Exercise goal —
Could you reproduce the lines below from the one with "#203=CYLINDRICAL_SURFACE('',#202,15.5);" through the one with "#261=FACE_BOUND('',#260,.T.);"? Keep both ends and add nothing.

Source data —
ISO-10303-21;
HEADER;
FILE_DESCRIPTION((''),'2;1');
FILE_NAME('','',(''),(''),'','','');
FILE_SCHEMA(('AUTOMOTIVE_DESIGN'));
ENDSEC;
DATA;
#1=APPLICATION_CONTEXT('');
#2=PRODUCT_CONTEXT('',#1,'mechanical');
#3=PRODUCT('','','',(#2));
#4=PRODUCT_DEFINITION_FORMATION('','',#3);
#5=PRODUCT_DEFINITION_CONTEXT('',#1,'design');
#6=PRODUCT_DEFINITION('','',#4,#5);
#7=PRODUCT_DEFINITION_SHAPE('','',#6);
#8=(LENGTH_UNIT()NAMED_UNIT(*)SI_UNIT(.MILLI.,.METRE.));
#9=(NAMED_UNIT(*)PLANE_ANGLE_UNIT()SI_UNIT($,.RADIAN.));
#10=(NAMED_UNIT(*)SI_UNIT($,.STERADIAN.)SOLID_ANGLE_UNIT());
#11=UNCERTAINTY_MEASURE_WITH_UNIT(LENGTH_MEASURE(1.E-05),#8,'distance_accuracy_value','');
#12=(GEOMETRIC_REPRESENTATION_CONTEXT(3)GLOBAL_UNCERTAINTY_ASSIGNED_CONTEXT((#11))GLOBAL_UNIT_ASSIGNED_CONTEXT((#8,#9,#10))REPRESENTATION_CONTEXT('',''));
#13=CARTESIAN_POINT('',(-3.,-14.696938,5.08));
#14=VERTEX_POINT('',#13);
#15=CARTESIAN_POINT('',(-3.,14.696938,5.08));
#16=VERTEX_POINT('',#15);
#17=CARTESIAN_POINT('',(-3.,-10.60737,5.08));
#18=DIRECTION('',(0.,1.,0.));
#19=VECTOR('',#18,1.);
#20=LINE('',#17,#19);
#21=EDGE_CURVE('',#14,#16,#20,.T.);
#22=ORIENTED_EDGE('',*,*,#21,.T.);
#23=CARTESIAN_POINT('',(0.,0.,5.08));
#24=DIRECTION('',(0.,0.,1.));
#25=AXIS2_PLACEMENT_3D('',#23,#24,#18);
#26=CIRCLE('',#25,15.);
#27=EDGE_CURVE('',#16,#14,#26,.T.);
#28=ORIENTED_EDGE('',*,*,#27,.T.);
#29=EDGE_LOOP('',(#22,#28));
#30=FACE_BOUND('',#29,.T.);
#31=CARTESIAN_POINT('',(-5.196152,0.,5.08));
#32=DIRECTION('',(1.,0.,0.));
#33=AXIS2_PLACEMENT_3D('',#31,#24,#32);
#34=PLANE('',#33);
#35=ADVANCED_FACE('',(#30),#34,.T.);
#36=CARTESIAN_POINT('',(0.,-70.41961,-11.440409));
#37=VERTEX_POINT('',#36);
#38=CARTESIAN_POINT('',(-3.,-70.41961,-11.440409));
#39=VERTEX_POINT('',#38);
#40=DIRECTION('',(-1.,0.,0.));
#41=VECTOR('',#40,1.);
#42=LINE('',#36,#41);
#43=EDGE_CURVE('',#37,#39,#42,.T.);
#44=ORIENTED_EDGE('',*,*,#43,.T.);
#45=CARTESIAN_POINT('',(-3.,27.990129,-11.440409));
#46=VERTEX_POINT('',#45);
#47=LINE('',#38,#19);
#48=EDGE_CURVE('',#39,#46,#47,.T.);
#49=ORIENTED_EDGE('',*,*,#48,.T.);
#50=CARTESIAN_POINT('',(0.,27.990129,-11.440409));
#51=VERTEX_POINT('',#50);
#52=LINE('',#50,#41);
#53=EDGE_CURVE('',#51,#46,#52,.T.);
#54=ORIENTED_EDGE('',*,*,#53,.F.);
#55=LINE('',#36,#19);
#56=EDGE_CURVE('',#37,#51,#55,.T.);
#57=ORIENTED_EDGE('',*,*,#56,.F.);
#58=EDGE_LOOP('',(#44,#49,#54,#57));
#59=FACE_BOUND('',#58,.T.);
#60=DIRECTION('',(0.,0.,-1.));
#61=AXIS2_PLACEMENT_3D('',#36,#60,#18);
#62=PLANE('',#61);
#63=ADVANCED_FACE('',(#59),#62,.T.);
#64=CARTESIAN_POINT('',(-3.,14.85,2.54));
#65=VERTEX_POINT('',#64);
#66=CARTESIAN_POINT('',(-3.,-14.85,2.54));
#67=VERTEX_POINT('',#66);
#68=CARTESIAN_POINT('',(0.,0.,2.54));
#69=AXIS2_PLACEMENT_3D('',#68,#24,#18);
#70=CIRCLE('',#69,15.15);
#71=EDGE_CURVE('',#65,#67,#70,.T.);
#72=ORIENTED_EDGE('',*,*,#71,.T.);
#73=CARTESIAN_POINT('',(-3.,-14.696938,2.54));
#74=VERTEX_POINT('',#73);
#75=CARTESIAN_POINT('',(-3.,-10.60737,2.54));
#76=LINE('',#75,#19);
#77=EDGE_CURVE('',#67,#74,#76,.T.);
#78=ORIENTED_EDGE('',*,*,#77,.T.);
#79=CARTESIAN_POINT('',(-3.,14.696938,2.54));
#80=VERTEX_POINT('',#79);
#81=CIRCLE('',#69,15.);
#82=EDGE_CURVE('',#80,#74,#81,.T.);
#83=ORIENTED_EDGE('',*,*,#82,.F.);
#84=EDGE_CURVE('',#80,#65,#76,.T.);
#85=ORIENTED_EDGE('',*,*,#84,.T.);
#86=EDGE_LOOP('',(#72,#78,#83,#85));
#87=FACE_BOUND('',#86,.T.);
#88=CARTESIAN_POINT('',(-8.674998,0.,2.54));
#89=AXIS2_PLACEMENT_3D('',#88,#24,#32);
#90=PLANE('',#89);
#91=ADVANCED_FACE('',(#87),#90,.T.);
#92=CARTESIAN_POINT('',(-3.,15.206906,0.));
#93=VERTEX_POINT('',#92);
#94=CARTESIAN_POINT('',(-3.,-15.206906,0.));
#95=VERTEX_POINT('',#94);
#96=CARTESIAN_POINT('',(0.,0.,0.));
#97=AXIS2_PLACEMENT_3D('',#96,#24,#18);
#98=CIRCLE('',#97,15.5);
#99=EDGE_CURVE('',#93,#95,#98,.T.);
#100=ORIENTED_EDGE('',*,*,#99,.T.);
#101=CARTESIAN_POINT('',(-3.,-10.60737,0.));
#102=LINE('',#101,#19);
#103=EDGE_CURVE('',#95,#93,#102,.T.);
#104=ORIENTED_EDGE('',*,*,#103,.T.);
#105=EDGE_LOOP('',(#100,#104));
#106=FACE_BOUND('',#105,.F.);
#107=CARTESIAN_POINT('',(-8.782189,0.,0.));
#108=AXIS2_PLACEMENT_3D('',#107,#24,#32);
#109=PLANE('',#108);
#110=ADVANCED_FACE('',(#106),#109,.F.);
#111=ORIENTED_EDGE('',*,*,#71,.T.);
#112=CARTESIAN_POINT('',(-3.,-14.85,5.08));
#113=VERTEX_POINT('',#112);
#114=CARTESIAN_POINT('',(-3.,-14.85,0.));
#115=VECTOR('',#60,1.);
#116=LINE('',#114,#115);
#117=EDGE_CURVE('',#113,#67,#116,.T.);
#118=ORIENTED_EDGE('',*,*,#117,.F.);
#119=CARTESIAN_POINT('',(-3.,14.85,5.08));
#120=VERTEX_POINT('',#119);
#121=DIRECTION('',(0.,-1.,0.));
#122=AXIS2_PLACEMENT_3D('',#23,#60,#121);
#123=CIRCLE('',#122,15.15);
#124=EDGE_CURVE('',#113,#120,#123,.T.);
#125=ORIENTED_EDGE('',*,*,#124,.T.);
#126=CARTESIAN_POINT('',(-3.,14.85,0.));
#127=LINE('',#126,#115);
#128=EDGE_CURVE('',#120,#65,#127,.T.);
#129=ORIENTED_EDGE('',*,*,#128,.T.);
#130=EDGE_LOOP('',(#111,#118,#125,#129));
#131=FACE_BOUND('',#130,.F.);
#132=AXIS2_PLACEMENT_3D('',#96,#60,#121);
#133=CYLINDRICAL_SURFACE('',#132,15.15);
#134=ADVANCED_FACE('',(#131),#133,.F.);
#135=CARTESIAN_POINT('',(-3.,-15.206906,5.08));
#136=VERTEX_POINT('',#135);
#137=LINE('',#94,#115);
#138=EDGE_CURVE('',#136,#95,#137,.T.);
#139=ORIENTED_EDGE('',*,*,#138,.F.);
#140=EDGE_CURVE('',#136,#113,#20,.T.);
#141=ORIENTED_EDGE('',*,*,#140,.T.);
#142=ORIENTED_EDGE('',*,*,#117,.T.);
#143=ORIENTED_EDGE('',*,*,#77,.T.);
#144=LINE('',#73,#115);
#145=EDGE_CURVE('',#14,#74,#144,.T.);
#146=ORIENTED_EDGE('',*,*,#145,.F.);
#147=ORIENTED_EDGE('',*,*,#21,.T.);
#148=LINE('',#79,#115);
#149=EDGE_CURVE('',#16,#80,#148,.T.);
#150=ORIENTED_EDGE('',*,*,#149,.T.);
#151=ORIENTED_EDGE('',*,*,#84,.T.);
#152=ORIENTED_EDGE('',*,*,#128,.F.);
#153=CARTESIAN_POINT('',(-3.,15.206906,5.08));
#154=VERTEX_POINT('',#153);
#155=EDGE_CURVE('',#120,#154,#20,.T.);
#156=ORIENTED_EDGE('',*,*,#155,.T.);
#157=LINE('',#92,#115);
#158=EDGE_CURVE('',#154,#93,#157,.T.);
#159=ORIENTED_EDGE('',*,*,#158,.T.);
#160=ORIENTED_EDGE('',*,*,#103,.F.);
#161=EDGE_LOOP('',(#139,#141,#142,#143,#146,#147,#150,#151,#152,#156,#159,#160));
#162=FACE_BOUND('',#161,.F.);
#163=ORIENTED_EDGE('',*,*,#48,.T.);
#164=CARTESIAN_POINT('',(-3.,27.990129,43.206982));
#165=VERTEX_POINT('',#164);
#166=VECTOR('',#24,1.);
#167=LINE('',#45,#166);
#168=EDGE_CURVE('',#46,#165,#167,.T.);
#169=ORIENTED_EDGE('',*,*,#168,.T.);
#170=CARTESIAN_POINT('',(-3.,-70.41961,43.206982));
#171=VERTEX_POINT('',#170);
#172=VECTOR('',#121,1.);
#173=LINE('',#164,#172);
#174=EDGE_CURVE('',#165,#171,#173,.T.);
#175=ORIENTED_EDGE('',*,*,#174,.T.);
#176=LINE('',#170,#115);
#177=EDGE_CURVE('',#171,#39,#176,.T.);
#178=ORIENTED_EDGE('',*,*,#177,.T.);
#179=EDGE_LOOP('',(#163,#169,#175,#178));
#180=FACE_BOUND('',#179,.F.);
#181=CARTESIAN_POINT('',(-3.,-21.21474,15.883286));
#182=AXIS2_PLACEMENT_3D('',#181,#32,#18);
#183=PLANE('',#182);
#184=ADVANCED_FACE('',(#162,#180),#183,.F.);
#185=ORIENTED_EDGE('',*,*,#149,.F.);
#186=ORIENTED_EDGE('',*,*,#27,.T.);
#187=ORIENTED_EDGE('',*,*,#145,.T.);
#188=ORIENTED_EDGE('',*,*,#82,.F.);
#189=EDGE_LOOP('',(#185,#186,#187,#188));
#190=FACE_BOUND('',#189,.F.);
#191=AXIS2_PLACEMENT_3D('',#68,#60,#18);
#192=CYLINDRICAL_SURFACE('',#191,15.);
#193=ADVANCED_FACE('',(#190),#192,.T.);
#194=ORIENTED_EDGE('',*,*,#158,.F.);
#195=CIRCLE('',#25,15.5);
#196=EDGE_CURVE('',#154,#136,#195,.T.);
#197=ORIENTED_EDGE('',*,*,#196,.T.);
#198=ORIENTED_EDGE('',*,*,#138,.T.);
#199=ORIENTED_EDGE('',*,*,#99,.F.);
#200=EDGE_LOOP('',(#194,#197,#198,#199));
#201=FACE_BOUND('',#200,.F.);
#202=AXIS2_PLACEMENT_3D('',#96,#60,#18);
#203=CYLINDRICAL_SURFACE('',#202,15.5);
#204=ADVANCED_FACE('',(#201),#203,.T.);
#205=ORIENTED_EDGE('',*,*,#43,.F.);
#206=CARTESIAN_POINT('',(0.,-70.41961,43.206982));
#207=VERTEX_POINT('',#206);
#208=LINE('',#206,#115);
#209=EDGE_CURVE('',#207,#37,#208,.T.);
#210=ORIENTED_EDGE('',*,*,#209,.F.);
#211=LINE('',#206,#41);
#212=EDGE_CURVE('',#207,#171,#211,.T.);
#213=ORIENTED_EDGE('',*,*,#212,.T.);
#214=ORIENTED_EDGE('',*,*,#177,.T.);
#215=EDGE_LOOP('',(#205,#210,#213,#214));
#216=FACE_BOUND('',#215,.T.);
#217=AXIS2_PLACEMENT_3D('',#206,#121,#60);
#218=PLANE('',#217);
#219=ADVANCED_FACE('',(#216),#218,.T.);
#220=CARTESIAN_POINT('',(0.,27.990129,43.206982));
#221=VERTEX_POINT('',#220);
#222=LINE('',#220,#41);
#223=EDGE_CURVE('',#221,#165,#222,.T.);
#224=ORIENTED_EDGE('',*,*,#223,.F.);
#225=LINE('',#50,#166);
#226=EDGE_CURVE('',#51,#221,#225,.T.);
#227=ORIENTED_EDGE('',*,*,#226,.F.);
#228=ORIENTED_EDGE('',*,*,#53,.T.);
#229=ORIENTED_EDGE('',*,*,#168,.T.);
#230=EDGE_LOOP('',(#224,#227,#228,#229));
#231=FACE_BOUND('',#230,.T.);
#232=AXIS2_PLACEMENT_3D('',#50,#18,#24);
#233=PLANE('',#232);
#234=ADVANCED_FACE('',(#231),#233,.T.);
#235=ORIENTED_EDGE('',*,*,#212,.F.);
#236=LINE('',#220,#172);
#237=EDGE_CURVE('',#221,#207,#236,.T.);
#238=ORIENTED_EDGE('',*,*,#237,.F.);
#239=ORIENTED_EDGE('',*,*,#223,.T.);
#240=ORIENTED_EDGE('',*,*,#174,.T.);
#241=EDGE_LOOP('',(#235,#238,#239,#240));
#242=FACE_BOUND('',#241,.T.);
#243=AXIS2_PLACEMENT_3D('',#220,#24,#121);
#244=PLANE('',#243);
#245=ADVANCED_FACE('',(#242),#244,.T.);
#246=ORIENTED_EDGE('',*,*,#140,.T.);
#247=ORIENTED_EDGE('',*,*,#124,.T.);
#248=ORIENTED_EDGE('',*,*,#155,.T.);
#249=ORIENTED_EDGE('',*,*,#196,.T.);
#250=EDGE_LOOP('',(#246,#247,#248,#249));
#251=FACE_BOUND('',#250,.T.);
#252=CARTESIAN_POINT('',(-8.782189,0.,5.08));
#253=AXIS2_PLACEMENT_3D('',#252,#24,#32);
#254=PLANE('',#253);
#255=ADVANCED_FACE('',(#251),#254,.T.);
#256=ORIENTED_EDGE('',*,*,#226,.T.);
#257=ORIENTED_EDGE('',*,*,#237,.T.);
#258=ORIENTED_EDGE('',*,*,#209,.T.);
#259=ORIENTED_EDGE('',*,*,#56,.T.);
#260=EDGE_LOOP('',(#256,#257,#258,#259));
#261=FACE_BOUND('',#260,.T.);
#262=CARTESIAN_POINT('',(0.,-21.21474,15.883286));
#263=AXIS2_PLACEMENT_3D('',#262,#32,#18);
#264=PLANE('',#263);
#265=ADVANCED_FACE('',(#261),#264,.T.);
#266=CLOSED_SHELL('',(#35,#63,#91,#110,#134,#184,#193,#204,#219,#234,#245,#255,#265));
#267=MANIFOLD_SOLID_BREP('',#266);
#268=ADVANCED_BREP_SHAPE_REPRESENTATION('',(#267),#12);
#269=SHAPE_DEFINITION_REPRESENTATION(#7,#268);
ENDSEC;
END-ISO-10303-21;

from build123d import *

# Parameters (mm, degrees)
F1_DEPTH = 2.54
F2_DEPTH = 2.54
F3_DEPTH = 5.08
F5_DEPTH = 3


with BuildPart() as f1:
    # F0 (on Top) → F1 (new body)
    with BuildSketch(Plane.XY):
        with BuildLine():
            Line((0, -15), (0, 15))
            ThreePointArc((0, 15), (-15, 0), (0, -15))
        make_face()
    extrude(amount=F1_DEPTH)

    # F0 (on Top) + F1_face (on face) → F2 (join)
    with BuildSketch(Plane.XY):
        with BuildLine():
            Line((0, 15), (0, 15.15))
            ThreePointArc((0, 15.15), (-15.15, 0), (0, -15.15))
            Line((0, -15.15), (0, -15))
            ThreePointArc((0, -15), (-15, 0), (0, 15))
        make_face()
    with BuildSketch(Plane(origin=(-6.3661977237, 0, 2.54), x_dir=(1, 0, 0), z_dir=(0, 0, 1))):
        with BuildLine():
            ThreePointArc((6.3661977237, 15), (-8.6338022763, 0), (6.3661977237, -15))
            Line((6.3661977237, -15), (6.3661977237, 15))
        make_face()
    extrude(amount=F2_DEPTH)

    # F0 (on Top) → F3 (join)
    with BuildSketch(Plane.XY):
        with BuildLine():
            Line((0, 15.15), (0, 15.5))
            ThreePointArc((0, 15.5), (-15.5, 0), (0, -15.5))
            Line((0, -15.5), (0, -15.15))
            ThreePointArc((0, -15.15), (-15.15, 0), (0, 15.15))
        make_face()
    extrude(amount=F3_DEPTH)

    # F4 (on Right) → F5 (join)
    with BuildSketch(Plane.YZ):
        Polygon((15.5500713736, -11.4404093474), (27.990128845, -11.4404093474), (27.990128845, 43.2069823146), (-70.4196095467, 43.2069823146), (-70.4196095467, -11.4404093474), align=None)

Answer for this exercise —
#203=CYLINDRICAL_SURFACE('',#202,15.5);
#204=ADVANCED_FACE('',(#201),#203,.T.);
#205=ORIENTED_EDGE('',*,*,#43,.F.);
#206=CARTESIAN_POINT('',(0.,-70.41961,43.206982));
#207=VERTEX_POINT('',#206);
#208=LINE('',#206,#115);
#209=EDGE_CURVE('',#207,#37,#208,.T.);
#210=ORIENTED_EDGE('',*,*,#209,.F.);
#211=LINE('',#206,#41);
#212=EDGE_CURVE('',#207,#171,#211,.T.);
#213=ORIENTED_EDGE('',*,*,#212,.T.);
#214=ORIENTED_EDGE('',*,*,#177,.T.);
#215=EDGE_LOOP('',(#205,#210,#213,#214));
#216=FACE_BOUND('',#215,.T.);
#217=AXIS2_PLACEMENT_3D('',#206,#121,#60);
#218=PLANE('',#217);
#219=ADVANCED_FACE('',(#216),#218,.T.);
#220=CARTESIAN_POINT('',(0.,27.990129,43.206982));
#221=VERTEX_POINT('',#220);
#222=LINE('',#220,#41);
#223=EDGE_CURVE('',#221,#165,#222,.T.);
#224=ORIENTED_EDGE('',*,*,#223,.F.);
#225=LINE('',#50,#166);
#226=EDGE_CURVE('',#51,#221,#225,.T.);
#227=ORIENTED_EDGE('',*,*,#226,.F.);
#228=ORIENTED_EDGE('',*,*,#53,.T.);
#229=ORIENTED_EDGE('',*,*,#168,.T.);
#230=EDGE_LOOP('',(#224,#227,#228,#229));
#231=FACE_BOUND('',#230,.T.);
#232=AXIS2_PLACEMENT_3D('',#50,#18,#24);
#233=PLANE('',#232);
#234=ADVANCED_FACE('',(#231),#233,.T.);
#235=ORIENTED_EDGE('',*,*,#212,.F.);
#236=LINE('',#220,#172);
#237=EDGE_CURVE('',#221,#207,#236,.T.);
#238=ORIENTED_EDGE('',*,*,#237,.F.);
#239=ORIENTED_EDGE('',*,*,#223,.T.);
#240=ORIENTED_EDGE('',*,*,#174,.T.);
#241=EDGE_LOOP('',(#235,#238,#239,#240));
#242=FACE_BOUND('',#241,.T.);
#243=AXIS2_PLACEMENT_3D('',#220,#24,#121);
#244=PLANE('',#243);
#245=ADVANCED_FACE('',(#242),#244,.T.);
#246=ORIENTED_EDGE('',*,*,#140,.T.);
#247=ORIENTED_EDGE('',*,*,#124,.T.);
#248=ORIENTED_EDGE('',*,*,#155,.T.);
#249=ORIENTED_EDGE('',*,*,#196,.T.);
#250=EDGE_LOOP('',(#246,#247,#248,#249));
#251=FACE_BOUND('',#250,.T.);
#252=CARTESIAN_POINT('',(-8.782189,0.,5.08));
#253=AXIS2_PLACEMENT_3D('',#252,#24,#32);
#254=PLANE('',#253);
#255=ADVANCED_FACE('',(#251),#254,.T.);
#256=ORIENTED_EDGE('',*,*,#226,.T.);
#257=ORIENTED_EDGE('',*,*,#237,.T.);
#258=ORIENTED_EDGE('',*,*,#209,.T.);
#259=ORIENTED_EDGE('',*,*,#56,.T.);
#260=EDGE_LOOP('',(#256,#257,#258,#259));
#261=FACE_BOUND('',#260,.T.);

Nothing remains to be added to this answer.